I wanted to see Arthur, and make sure he was all right. I wanted to touch him, support him, see again how attractive he was and know he still thought the world of me. I stood very still, hearing the racing on television from inside the flat I was nearest to. I had hardly allowed myself to think what I would actually say, if his mother wanted to know who I was, or his drug-dealing brother; or if he had never returned home since the day of the fight, and had disappeared from their lives as completely as he now had from mine. Perhaps I should abandon the whole thing, the pains I was taking. Perhaps I could see him from a distance, coming across the grass below with friends, and know that he was all right, and slide away.

It is horrible to be cowed by circumstances. I crept back to the Hopes’ door, mechanically obedient to my original plan. The doorbell was shrill. I massaged my face into a plausible, friendly expression and stood back.

Oh, the relief as the seconds pounded by … and nothing happened. There was a scare as the door of a flat nearer the lift opened and a man in overalls came out without even looking in my direction. A scraping noise, a girl’s voice saying, ‘No, Wednesday,’ and the slam of a door, must have come from within another flat—it was hard to be sure. I turned on my heel, but being so far in I knew I must ring again to be sensible and certain. Perhaps Mr Hope, sleeping out his jobless afternoon, would be disturbed, and come vacantly to the door.

A minute later I burnt off my adrenalin leaping down the stairs—which were bleakly concrete, like the long exit stairways at the back of cinemas. There was a smell of urine, and lines down the walls drawn by running hands. At the turn of each flight ‘NF’ had been scrawled, with a pendant saying ‘Kill All Niggers’ or ‘Wogs Out’. I thought with yearning of the Hopes, whom I did not know, forced to contain their anger, contempt and hurt in such a world.
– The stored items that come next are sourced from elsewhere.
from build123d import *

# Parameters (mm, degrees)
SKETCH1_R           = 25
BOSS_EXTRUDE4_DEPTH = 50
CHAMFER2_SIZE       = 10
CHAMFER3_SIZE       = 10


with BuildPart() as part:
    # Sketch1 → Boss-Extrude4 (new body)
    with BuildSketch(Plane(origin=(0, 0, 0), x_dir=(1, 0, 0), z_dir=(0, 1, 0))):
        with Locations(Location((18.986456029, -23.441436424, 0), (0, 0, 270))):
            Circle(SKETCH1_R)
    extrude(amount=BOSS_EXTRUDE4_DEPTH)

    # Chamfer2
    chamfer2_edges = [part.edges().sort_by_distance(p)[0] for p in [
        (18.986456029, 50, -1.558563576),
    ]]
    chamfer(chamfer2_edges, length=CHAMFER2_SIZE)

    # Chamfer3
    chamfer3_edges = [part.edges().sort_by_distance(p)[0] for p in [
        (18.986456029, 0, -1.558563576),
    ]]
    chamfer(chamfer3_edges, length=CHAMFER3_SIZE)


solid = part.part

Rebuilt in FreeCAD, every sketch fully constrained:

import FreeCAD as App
import Part
import Sketcher

V = App.Vector


def edges_at(feature, points):
    """Names of the edges that pass closest to the given points."""
    edges = feature.Shape.Edges
    near = lambda p: min(range(len(edges)), key=lambda i: edges[i].distToShape(Part.Vertex(*p))[0])
    return sorted({f"Edge{near(p) + 1}" for p in points})

doc = App.newDocument("Part")
body = doc.addObject("PartDesign::Body", "Body")

sketch1 = body.newObject("Sketcher::SketchObject", "Sketch")
sketch1.AttachmentSupport = (doc.getObject("XZ_Plane"), [""])
sketch1.MapMode = "FlatFace"
sketch1.addGeometry(Part.Circle(V(18.986456, 23.441436, 0), V(0, 0, 1), 25), False)
sketch1.addConstraint([
    Sketcher.Constraint("Diameter", 0, 50.0),
    Sketcher.Constraint("DistanceX", -1, 1, 0, 3, 18.986456),
    Sketcher.Constraint("DistanceY", -1, 1, 0, 3, 23.441436),
])
pad1 = body.newObject("PartDesign::Pad", "Pad")
pad1.Profile = sketch1
pad1.Length = 50
pad1.Reversed = True
doc.recompute()

chamfer = body.newObject("PartDesign::Chamfer", "Chamfer")
chamfer.Base = (pad1, edges_at(pad1, [(18.986, 50, -1.559)]))
chamfer.Size = 10
doc.recompute()

chamfer2 = body.newObject("PartDesign::Chamfer", "Chamfer001")
chamfer2.Base = (chamfer, edges_at(chamfer, [(18.986, 0, -1.559)]))
chamfer2.Size = 10

doc.recompute()
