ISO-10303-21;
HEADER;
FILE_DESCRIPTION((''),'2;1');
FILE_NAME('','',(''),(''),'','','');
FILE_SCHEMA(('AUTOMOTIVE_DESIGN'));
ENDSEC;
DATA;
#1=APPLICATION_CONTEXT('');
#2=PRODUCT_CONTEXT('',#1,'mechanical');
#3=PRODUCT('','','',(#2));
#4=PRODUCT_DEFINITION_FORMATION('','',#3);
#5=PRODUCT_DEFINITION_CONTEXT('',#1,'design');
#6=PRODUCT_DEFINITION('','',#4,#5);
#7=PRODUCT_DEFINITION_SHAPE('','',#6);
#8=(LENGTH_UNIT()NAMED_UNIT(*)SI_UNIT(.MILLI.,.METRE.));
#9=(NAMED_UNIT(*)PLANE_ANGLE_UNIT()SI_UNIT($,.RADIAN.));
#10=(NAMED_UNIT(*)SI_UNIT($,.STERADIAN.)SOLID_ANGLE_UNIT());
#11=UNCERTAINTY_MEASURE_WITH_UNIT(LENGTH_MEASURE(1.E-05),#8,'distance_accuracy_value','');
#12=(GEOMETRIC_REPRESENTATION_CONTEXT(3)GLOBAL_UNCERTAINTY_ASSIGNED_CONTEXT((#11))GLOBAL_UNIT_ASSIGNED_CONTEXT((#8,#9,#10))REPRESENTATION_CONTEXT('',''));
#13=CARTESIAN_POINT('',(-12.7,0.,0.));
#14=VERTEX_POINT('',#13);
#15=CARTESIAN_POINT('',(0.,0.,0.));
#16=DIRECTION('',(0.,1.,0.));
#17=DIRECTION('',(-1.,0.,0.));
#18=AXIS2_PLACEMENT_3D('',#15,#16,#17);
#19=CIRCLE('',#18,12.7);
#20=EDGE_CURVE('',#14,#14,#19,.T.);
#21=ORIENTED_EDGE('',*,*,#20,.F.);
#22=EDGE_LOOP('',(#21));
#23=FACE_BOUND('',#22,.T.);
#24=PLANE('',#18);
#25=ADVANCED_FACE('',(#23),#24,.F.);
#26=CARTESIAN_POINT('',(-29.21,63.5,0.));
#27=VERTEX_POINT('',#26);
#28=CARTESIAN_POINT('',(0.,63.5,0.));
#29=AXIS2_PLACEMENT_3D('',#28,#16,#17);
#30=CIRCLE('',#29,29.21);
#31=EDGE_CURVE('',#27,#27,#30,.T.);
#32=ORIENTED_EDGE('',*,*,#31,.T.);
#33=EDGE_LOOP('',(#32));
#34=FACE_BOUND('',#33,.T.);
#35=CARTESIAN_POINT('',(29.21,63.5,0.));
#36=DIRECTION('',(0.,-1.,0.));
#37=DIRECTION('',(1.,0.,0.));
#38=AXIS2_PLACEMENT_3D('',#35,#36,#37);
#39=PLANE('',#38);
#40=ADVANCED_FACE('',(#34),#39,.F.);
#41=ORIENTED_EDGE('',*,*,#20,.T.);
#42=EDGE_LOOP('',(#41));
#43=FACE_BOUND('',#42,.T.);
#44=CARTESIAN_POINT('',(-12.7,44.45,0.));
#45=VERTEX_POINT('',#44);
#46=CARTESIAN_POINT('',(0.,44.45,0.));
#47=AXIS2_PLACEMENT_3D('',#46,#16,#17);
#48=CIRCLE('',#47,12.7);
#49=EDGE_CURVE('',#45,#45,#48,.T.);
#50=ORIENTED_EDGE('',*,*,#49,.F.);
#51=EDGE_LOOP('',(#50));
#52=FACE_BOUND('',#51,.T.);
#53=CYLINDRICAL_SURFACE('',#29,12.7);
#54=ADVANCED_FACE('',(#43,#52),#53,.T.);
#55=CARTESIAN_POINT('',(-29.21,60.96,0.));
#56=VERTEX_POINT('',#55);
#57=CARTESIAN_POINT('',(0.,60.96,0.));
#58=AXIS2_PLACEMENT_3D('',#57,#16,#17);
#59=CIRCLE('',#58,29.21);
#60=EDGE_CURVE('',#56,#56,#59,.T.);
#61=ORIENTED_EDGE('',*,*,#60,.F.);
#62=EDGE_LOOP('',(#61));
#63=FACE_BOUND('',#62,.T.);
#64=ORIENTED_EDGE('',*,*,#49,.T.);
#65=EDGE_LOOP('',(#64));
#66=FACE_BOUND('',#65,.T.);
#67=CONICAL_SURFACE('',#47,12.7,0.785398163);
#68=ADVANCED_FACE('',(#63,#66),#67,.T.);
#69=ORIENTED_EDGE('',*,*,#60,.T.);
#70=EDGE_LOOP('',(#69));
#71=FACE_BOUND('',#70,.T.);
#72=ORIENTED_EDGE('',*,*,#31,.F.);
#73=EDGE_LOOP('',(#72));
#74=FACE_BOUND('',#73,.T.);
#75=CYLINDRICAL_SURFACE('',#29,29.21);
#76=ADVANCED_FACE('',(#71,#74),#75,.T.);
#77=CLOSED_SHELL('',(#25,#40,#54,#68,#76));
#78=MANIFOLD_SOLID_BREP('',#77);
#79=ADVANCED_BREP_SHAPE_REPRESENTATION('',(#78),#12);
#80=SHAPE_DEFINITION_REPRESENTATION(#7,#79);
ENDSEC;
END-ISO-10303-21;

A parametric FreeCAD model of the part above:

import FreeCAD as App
import Part
import Sketcher
Q = App.Units.Quantity


def add_polygon(sketch, points):
    """Adds a closed chain of lines whose ends are joined by coincident constraints."""
    first, n = sketch.GeometryCount, len(points)
    for a, b in zip(points, points[1:] + points[:1]):
        sketch.addGeometry(Part.LineSegment(App.Vector(*a, 0), App.Vector(*b, 0)), False)
    for i in range(n):
        sketch.addConstraint(Sketcher.Constraint("Coincident", first + i, 2, first + (i + 1) % n, 1))

doc = App.newDocument("Part")
params = doc.addObject("Spreadsheet::Sheet", "Params")
for row, (alias, value) in enumerate([
    ("sketch1_width", "0.5 in"),
    ("sketch1_height", "0.1 in"),
    ("sketch1_height2", "2.5 in"),
    ("sketch1_width2", "1.15 in"),
    ("revolution_angle", "360 deg"),
], start=1):
    params.set(f"A{row}", alias)
    params.set(f"B{row}", "=" + value)
    params.setAlias(f"B{row}", alias)

body = doc.addObject("PartDesign::Body", "Body")

# Sketch on XY plane
sketch1 = body.newObject("Sketcher::SketchObject", "Sketch")
sketch1.AttachmentSupport = (doc.getObject("XY_Plane"), [""])
sketch1.MapMode = "FlatFace"
add_polygon(sketch1, [(0, 0), (12.7, 0), (12.7, 44.45), (29.21, 60.96), (29.21, 63.5), (0, 63.5)])  # lines 0-5
sketch1.addConstraint(Sketcher.Constraint("Horizontal", 0))
sketch1.addConstraint(Sketcher.Constraint("Vertical", 1))
sketch1.addConstraint(Sketcher.Constraint("Vertical", 3))
sketch1.addConstraint(Sketcher.Constraint("Horizontal", 4))
sketch1.addConstraint(Sketcher.Constraint("Vertical", 5))
sketch1.addConstraint(Sketcher.Constraint("Coincident", 5, 2, -1, 1))
sketch1.addConstraint(Sketcher.Constraint("DistanceX", 0, 1, 0, 2, Q("0.5 in")))
sketch1.addConstraint(Sketcher.Constraint("DistanceY", 3, 1, 3, 2, Q("0.1 in")))
sketch1.addConstraint(Sketcher.Constraint("DistanceY", 5, 2, 5, 1, Q("2.5 in")))
sketch1.addConstraint(Sketcher.Constraint("Angle", 2, Q("45 deg")))
sketch1.addConstraint(Sketcher.Constraint("DistanceX", 4, 2, 4, 1, Q("1.15 in")))
sketch1.setExpression("Constraints[12]", "Params.sketch1_width")
sketch1.setExpression("Constraints[13]", "Params.sketch1_height")
sketch1.setExpression("Constraints[14]", "Params.sketch1_height2")
sketch1.setExpression("Constraints[16]", "Params.sketch1_width2")
revolution = body.newObject("PartDesign::Revolution", "Revolution")
revolution.Profile = sketch1
revolution.ReferenceAxis = (sketch1, ["V_Axis"])
revolution.setExpression("Angle", "Params.revolution_angle")

doc.recompute()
It would be best to see Arthur on common ground—in a bar or club or out in the open air which I now re-entered gratefully. In view of the horror of the case it had been rather reckless to go to his home, and I was glad I had got away with it. Ideally, I suppose, I wanted to help, to give money to the friend or consolation to the grieving mother: though I was always hoping, expecting even, to see him, there was an assumption dully gaining ground in my mind that he was dead.